Gli agenti della polizia metropolitana di Londra sono stati accusati da un giudice di aver lasciato andare un tentato stupratore dopo essere stati colti in flagrante fuori Buckingham Palace, ha rivelato il processo contro il migrante.
La mattina presto del 7 settembre 2024, il migrante algerino Ramzi Barkat, 54 anni, ha incontrato una donna a St James’s Park, ha tentato di flirtare con lei e, quando è stato abbattuto, l’ha placcata e “mettendosi a cavalcioni” di lei tenendole premuti i polsi.
Fortunatamente per la donna, tre soldati vicini hanno sentito le sue urla e hanno impedito a Barkat di andare oltre.
Tuttavia, nonostante l’apparente rischio che rappresentava per la popolazione, la polizia ha deciso di rilasciare il migrante algerino su cauzione o sotto inchiesta dopo che la vittima era stata interrogata. Il telegrafo segnalato.
Il giudice Justin Cole della Southwark Crown Court ha accusato la polizia di un “catalogo di incompetenze” durante l’incidente.
“È stato semplicemente lasciato andare in una situazione in cui francamente era stato colto in flagrante e rappresentava un pericolo continuo per il pubblico”, ha detto il giudice Cole.
“La conclusione è che quest’uomo è stato lasciato libero per un periodo di un anno, un anno per fare ciò che gli piace, in una situazione in cui aveva aggredito una donna sola in un parco. Il pubblico sarebbe sconvolto nel sentire di tale lassismo. “
“Il pubblico sarebbe sconvolto nel sentire parlare di tale lassismo”.
Le rivelazioni sono arrivate durante l’udienza di condanna di questa settimana per Barkat, che è stato incarcerato per sette anni e tre mesi venerdì. Il giudice Coles ha detto che Barkat “ha cercato di approfittarsi di una donna sola e vulnerabile” e “ha agito come un predatore”.
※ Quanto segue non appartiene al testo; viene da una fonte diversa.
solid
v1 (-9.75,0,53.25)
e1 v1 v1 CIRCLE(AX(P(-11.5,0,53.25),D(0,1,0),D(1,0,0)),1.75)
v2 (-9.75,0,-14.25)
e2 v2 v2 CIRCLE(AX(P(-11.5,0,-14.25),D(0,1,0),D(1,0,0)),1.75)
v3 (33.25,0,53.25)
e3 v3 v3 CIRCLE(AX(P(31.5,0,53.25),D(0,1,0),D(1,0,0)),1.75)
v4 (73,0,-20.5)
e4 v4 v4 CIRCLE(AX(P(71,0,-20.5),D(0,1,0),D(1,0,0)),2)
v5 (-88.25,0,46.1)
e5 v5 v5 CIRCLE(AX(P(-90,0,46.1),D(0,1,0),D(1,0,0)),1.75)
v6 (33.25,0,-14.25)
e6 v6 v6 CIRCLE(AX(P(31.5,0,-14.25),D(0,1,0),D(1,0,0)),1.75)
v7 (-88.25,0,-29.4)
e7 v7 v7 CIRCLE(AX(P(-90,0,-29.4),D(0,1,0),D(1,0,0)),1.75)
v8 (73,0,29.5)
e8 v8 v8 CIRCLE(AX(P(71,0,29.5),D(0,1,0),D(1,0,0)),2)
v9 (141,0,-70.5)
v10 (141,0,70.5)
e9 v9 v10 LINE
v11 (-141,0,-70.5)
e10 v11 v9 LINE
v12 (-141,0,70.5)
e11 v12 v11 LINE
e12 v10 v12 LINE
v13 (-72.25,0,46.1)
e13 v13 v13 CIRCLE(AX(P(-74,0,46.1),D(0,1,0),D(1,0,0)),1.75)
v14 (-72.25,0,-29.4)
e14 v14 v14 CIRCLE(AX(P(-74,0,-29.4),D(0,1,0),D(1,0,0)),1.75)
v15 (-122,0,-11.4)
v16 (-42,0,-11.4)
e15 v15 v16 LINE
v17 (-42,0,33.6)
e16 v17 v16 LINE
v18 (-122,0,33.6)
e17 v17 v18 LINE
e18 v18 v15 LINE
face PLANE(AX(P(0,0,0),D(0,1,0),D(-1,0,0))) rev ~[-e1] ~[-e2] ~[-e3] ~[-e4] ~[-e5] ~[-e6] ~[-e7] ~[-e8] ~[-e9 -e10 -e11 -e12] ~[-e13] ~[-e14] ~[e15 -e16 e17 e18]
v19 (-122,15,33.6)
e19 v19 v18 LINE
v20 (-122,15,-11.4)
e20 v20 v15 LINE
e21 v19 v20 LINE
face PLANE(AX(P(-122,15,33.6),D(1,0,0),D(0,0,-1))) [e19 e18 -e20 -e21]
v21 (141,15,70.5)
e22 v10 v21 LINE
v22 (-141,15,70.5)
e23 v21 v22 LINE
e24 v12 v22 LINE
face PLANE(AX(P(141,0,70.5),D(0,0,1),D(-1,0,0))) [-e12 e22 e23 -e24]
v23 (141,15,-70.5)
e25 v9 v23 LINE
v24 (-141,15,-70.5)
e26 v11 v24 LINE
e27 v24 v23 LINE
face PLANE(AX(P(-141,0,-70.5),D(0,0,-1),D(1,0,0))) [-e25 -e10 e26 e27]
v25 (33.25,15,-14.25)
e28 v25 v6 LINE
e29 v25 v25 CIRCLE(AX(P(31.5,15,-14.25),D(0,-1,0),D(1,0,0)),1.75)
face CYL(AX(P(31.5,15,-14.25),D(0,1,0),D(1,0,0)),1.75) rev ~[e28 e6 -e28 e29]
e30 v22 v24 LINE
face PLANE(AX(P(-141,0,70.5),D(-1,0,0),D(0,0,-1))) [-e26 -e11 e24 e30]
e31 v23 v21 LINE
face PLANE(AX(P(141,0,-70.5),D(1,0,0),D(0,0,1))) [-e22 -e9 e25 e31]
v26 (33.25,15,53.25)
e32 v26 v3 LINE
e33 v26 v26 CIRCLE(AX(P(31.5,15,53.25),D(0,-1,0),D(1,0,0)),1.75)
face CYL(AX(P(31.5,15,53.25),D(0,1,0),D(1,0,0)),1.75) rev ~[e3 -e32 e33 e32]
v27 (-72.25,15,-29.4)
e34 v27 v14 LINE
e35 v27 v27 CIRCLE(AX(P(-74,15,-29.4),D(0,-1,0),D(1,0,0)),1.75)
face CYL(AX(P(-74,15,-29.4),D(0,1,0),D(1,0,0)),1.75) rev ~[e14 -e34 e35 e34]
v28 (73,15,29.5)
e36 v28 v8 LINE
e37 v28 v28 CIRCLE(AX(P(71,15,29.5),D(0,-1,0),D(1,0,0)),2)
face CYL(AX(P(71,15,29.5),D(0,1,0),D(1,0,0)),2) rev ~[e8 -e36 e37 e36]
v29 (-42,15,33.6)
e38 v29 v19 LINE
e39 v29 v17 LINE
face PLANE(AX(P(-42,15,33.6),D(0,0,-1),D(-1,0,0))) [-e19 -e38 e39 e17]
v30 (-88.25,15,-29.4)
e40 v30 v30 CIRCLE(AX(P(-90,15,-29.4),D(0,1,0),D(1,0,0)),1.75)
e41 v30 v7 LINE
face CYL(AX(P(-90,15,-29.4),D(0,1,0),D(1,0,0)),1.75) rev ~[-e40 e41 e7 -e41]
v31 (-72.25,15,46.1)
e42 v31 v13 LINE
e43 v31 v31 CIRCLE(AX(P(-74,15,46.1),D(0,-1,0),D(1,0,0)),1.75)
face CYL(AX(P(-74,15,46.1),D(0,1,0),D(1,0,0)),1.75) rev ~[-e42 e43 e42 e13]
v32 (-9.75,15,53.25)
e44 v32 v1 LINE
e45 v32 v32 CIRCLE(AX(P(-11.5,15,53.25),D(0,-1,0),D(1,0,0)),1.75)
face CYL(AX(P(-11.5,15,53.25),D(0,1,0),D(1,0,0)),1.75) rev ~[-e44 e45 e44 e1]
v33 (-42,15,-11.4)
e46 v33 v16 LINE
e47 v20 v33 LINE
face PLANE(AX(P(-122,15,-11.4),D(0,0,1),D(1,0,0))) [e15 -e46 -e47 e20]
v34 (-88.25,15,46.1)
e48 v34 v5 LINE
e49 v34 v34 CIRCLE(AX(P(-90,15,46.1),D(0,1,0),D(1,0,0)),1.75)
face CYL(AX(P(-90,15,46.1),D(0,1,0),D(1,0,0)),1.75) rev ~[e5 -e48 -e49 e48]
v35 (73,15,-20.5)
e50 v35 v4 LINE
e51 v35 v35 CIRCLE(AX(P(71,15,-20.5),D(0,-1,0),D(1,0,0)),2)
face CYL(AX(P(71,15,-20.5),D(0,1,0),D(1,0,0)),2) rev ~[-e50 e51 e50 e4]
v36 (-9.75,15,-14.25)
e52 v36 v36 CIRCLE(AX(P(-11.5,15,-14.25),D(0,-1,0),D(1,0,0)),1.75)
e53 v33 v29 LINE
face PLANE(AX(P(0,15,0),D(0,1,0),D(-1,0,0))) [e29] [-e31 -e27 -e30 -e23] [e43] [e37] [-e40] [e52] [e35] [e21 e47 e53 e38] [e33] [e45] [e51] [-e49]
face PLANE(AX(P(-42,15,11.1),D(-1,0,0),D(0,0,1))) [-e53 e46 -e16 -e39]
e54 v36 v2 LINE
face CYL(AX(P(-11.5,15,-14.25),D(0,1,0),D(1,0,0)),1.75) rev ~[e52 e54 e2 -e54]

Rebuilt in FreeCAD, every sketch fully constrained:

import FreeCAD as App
import Part
import Sketcher
Q = App.Units.Quantity


def add_polygon(sketch, points):
    """Adds a closed chain of lines whose ends are joined by coincident constraints."""
    first, n = sketch.GeometryCount, len(points)
    for a, b in zip(points, points[1:] + points[:1]):
        sketch.addGeometry(Part.LineSegment(App.Vector(*a, 0), App.Vector(*b, 0)), False)
    for i in range(n):
        sketch.addConstraint(Sketcher.Constraint("Coincident", first + i, 2, first + (i + 1) % n, 1))

doc = App.newDocument("Part")
params = doc.addObject("Spreadsheet::Sheet", "Params")
for row, (alias, value) in enumerate([
    ("sketch1_width", "282 mm"),
    ("sketch1_height", "141 mm"),
    ("pad1_length", "15 mm"),
    ("sketch2_width", "80 mm"),
    ("sketch2_height", "45 mm"),
    ("pocket1_length", "15 mm"),
    ("sketch3_diameter", "3.5 mm"),
    ("pocket2_length", "15 mm"),
    ("sketch4_diameter", "3.5 mm"),
    ("pocket3_length", "15 mm"),
    ("sketch5_diameter", "4 mm"),
    ("pocket4_length", "15 mm"),
], start=1):
    params.set(f"A{row}", alias)
    params.set(f"B{row}", "=" + value)
    params.setAlias(f"B{row}", alias)

body = doc.addObject("PartDesign::Body", "Body")

sketch1 = body.newObject("Sketcher::SketchObject", "Sketch")
sketch1.AttachmentSupport = (doc.getObject("XZ_Plane"), [""])
sketch1.MapMode = "FlatFace"
add_polygon(sketch1, [(141, -70.5), (-141, -70.5), (-141, 70.5), (141, 70.5)])
sketch1.addConstraint([
    Sketcher.Constraint("Horizontal", 0),
    Sketcher.Constraint("Vertical", 1),
    Sketcher.Constraint("Horizontal", 2),
    Sketcher.Constraint("Vertical", 3),
    Sketcher.Constraint("Symmetric", 0, 2, 2, 2, -1, 1),
    Sketcher.Constraint("DistanceX", 0, 2, 0, 1, Q("282 mm")),
    Sketcher.Constraint("DistanceY", 1, 1, 1, 2, Q("141 mm")),
])
sketch1.setExpression("Constraints[9]", "Params.sketch1_width")
sketch1.setExpression("Constraints[10]", "Params.sketch1_height")
pad1 = body.newObject("PartDesign::Pad", "Pad")
pad1.Profile = sketch1
pad1.setExpression("Length", "Params.pad1_length")
pad1.Reversed = True

sketch2 = body.newObject("Sketcher::SketchObject", "Sketch001")
sketch2.AttachmentSupport = (doc.getObject("XZ_Plane"), [""])
sketch2.MapMode = "FlatFace"
sketch2.AttachmentOffset = App.Placement(App.Vector(0, 0, -15), App.Rotation())
add_polygon(sketch2, [(-42, -11.4), (-122, -11.4), (-122, 33.6), (-42, 33.6)])
sketch2.addConstraint([
    Sketcher.Constraint("Horizontal", 0),
    Sketcher.Constraint("Vertical", 1),
    Sketcher.Constraint("Horizontal", 2),
    Sketcher.Constraint("Vertical", 3),
    Sketcher.Constraint("DistanceX", 0, 2, 0, 1, Q("80 mm")),
    Sketcher.Constraint("DistanceY", 1, 1, 1, 2, Q("45 mm")),
    Sketcher.Constraint("DistanceX", 0, 2, -1, 1, Q("122 mm")),
    Sketcher.Constraint("DistanceY", 0, 2, -1, 1, Q("11.4 mm")),
])
sketch2.setExpression("Constraints[8]", "Params.sketch2_width")
sketch2.setExpression("Constraints[9]", "Params.sketch2_height")
pocket1 = body.newObject("PartDesign::Pocket", "Pocket")
pocket1.Profile = sketch2
pocket1.setExpression("Length", "Params.pocket1_length")
pocket1.Reversed = True

sketch3 = body.newObject("Sketcher::SketchObject", "Sketch002")
sketch3.AttachmentSupport = (doc.getObject("XZ_Plane"), [""])
sketch3.MapMode = "FlatFace"
sketch3.AttachmentOffset = App.Placement(App.Vector(0, 0, -15), App.Rotation())
sketch3.addGeometry([
    Part.Circle(App.Vector(-74, -29.4, 0), App.Vector(0, 0, 1), 1.75),
    Part.Circle(App.Vector(-90, -29.4, 0), App.Vector(0, 0, 1), 1.75),
    Part.Circle(App.Vector(-74, 46.1, 0), App.Vector(0, 0, 1), 1.75),
    Part.Circle(App.Vector(-90, 46.1, 0), App.Vector(0, 0, 1), 1.75),
], False)
sketch3.addConstraint([
    Sketcher.Constraint("Equal", 0, 1),
    Sketcher.Constraint("Equal", 1, 2),
    Sketcher.Constraint("Equal", 2, 3),
    Sketcher.Constraint("Horizontal", 0, 3, 1, 3),
    Sketcher.Constraint("Horizontal", 2, 3, 3, 3),
    Sketcher.Constraint("Vertical", 0, 3, 2, 3),
    Sketcher.Constraint("Vertical", 1, 3, 3, 3),
    Sketcher.Constraint("Diameter", 0, Q("3.5 mm")),
    Sketcher.Constraint("DistanceX", 0, 3, -1, 1, Q("74 mm")),
    Sketcher.Constraint("DistanceX", 1, 3, -1, 1, Q("90 mm")),
    Sketcher.Constraint("DistanceY", 0, 3, -1, 1, Q("29.4 mm")),
    Sketcher.Constraint("DistanceY", -1, 1, 2, 3, Q("46.1 mm")),
])
sketch3.setExpression("Constraints[7]", "Params.sketch3_diameter")
pocket2 = body.newObject("PartDesign::Pocket", "Pocket001")
pocket2.Profile = sketch3
pocket2.setExpression("Length", "Params.pocket2_length")
pocket2.Reversed = True

sketch4 = body.newObject("Sketcher::SketchObject", "Sketch003")
sketch4.AttachmentSupport = (doc.getObject("XZ_Plane"), [""])
sketch4.MapMode = "FlatFace"
sketch4.AttachmentOffset = App.Placement(App.Vector(0, 0, -15), App.Rotation())
sketch4.addGeometry([
    Part.Circle(App.Vector(-11.5, 53.25, 0), App.Vector(0, 0, 1), 1.75),
    Part.Circle(App.Vector(31.5, 53.25, 0), App.Vector(0, 0, 1), 1.75),
    Part.Circle(App.Vector(31.5, -14.25, 0), App.Vector(0, 0, 1), 1.75),
    Part.Circle(App.Vector(-11.5, -14.25, 0), App.Vector(0, 0, 1), 1.75),
], False)
sketch4.addConstraint([
    Sketcher.Constraint("Equal", 0, 1),
    Sketcher.Constraint("Equal", 1, 2),
    Sketcher.Constraint("Equal", 2, 3),
    Sketcher.Constraint("Horizontal", 0, 3, 1, 3),
    Sketcher.Constraint("Horizontal", 2, 3, 3, 3),
    Sketcher.Constraint("Vertical", 1, 3, 2, 3),
    Sketcher.Constraint("Vertical", 0, 3, 3, 3),
    Sketcher.Constraint("Diameter", 0, Q("3.5 mm")),
    Sketcher.Constraint("DistanceX", 0, 3, 1, 3, Q("43 mm")),
    Sketcher.Constraint("DistanceX", 0, 3, -1, 1, Q("11.5 mm")),
    Sketcher.Constraint("DistanceY", 2, 3, 1, 3, Q("67.5 mm")),
    Sketcher.Constraint("DistanceY", -1, 1, 0, 3, Q("53.25 mm")),
])
sketch4.setExpression("Constraints[7]", "Params.sketch4_diameter")
pocket3 = body.newObject("PartDesign::Pocket", "Pocket002")
pocket3.Profile = sketch4
pocket3.setExpression("Length", "Params.pocket3_length")
pocket3.Reversed = True

sketch5 = body.newObject("Sketcher::SketchObject", "Sketch004")
sketch5.AttachmentSupport = (doc.getObject("XZ_Plane"), [""])
sketch5.MapMode = "FlatFace"
sketch5.AttachmentOffset = App.Placement(App.Vector(0, 0, -15), App.Rotation())
sketch5.addGeometry([
    Part.Circle(App.Vector(71, -20.5, 0), App.Vector(0, 0, 1), 2),
    Part.Circle(App.Vector(71, 29.5, 0), App.Vector(0, 0, 1), 2),
], False)
sketch5.addConstraint([
    Sketcher.Constraint("Equal", 0, 1),
    Sketcher.Constraint("Vertical", 0, 3, 1, 3),
    Sketcher.Constraint("Diameter", 0, Q("4 mm")),
    Sketcher.Constraint("DistanceY", 0, 3, 1, 3, Q("50 mm")),
    Sketcher.Constraint("DistanceX", -1, 1, 0, 3, Q("71 mm")),
    Sketcher.Constraint("DistanceY", 0, 3, -1, 1, Q("20.5 mm")),
])
sketch5.setExpression("Constraints[2]", "Params.sketch5_diameter")
pocket4 = body.newObject("PartDesign::Pocket", "Pocket003")
pocket4.Profile = sketch5
pocket4.setExpression("Length", "Params.pocket4_length")
pocket4.Reversed = True

doc.recompute()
Oltre ad essere stato giudicato colpevole di tentato stupro, Barkat è stato anche giudicato colpevole di aver aggredito uno dei soldati che hanno impedito lo stupro, The Independent segnalato.
Il migrante algerino aveva affermato di aver semplicemente tentato di rubare il telefono della donna. Oltre alla pena detentiva, ha ricevuto un’ordinanza restrittiva di 10 anni e un’ordinanza di prevenzione di danni sessuali di 10 anni.